| WORK REQUEST |
Set down a word-for-word copy of the data below, limited to the lines from the first through the line with "f 679 661 678".

| SUPPLIED DATA |
•••

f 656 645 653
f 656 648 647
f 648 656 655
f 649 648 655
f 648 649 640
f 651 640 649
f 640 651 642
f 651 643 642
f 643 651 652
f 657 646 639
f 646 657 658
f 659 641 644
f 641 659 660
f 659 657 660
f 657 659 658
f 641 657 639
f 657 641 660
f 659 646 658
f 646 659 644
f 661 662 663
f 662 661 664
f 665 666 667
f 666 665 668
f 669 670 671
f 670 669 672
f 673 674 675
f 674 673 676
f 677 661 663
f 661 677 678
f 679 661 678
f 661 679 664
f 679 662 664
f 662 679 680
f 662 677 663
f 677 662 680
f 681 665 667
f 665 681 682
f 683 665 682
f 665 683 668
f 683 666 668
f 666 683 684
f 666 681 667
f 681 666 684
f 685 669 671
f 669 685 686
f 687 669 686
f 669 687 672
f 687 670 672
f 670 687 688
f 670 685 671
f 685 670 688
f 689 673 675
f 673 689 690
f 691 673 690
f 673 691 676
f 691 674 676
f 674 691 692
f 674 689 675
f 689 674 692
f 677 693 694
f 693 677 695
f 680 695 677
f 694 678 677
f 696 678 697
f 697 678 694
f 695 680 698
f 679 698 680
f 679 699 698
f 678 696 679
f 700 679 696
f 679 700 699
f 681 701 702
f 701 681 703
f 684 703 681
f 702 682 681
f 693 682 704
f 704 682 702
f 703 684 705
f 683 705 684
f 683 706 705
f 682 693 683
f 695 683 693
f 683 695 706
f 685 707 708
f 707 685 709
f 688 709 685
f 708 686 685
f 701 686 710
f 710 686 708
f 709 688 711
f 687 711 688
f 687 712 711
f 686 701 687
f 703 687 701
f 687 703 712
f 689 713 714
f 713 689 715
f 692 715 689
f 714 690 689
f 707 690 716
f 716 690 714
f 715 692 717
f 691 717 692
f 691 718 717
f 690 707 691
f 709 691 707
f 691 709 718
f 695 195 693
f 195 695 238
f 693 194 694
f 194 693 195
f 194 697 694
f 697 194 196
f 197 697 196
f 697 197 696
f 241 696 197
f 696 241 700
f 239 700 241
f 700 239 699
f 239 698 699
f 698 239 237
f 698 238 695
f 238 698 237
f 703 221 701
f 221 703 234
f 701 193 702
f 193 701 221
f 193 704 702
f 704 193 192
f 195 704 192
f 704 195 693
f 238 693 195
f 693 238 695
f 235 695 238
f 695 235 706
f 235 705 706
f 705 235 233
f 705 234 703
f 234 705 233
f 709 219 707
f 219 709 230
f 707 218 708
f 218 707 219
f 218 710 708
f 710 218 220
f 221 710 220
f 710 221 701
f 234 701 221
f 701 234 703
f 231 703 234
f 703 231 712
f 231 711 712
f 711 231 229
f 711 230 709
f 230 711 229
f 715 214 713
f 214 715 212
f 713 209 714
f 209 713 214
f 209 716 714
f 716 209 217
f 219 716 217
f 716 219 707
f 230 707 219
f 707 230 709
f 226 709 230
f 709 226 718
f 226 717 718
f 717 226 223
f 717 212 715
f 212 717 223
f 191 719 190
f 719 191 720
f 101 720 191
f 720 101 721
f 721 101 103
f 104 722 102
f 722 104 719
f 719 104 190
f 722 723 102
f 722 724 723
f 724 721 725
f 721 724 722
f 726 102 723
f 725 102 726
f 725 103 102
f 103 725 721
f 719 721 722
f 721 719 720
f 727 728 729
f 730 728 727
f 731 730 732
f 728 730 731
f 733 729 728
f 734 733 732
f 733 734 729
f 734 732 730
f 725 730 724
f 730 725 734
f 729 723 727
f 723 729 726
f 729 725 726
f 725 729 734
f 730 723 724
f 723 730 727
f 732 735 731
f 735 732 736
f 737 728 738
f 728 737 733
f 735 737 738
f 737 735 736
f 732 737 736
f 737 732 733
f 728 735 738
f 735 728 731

•••

| SOLUTION TO THE EXERCISE |
f 656 645 653
f 656 648 647
f 648 656 655
f 649 648 655
f 648 649 640
f 651 640 649
f 640 651 642
f 651 643 642
f 643 651 652
f 657 646 639
f 646 657 658
f 659 641 644
f 641 659 660
f 659 657 660
f 657 659 658
f 641 657 639
f 657 641 660
f 659 646 658
f 646 659 644
f 661 662 663
f 662 661 664
f 665 666 667
f 666 665 668
f 669 670 671
f 670 669 672
f 673 674 675
f 674 673 676
f 677 661 663
f 661 677 678
f 679 661 678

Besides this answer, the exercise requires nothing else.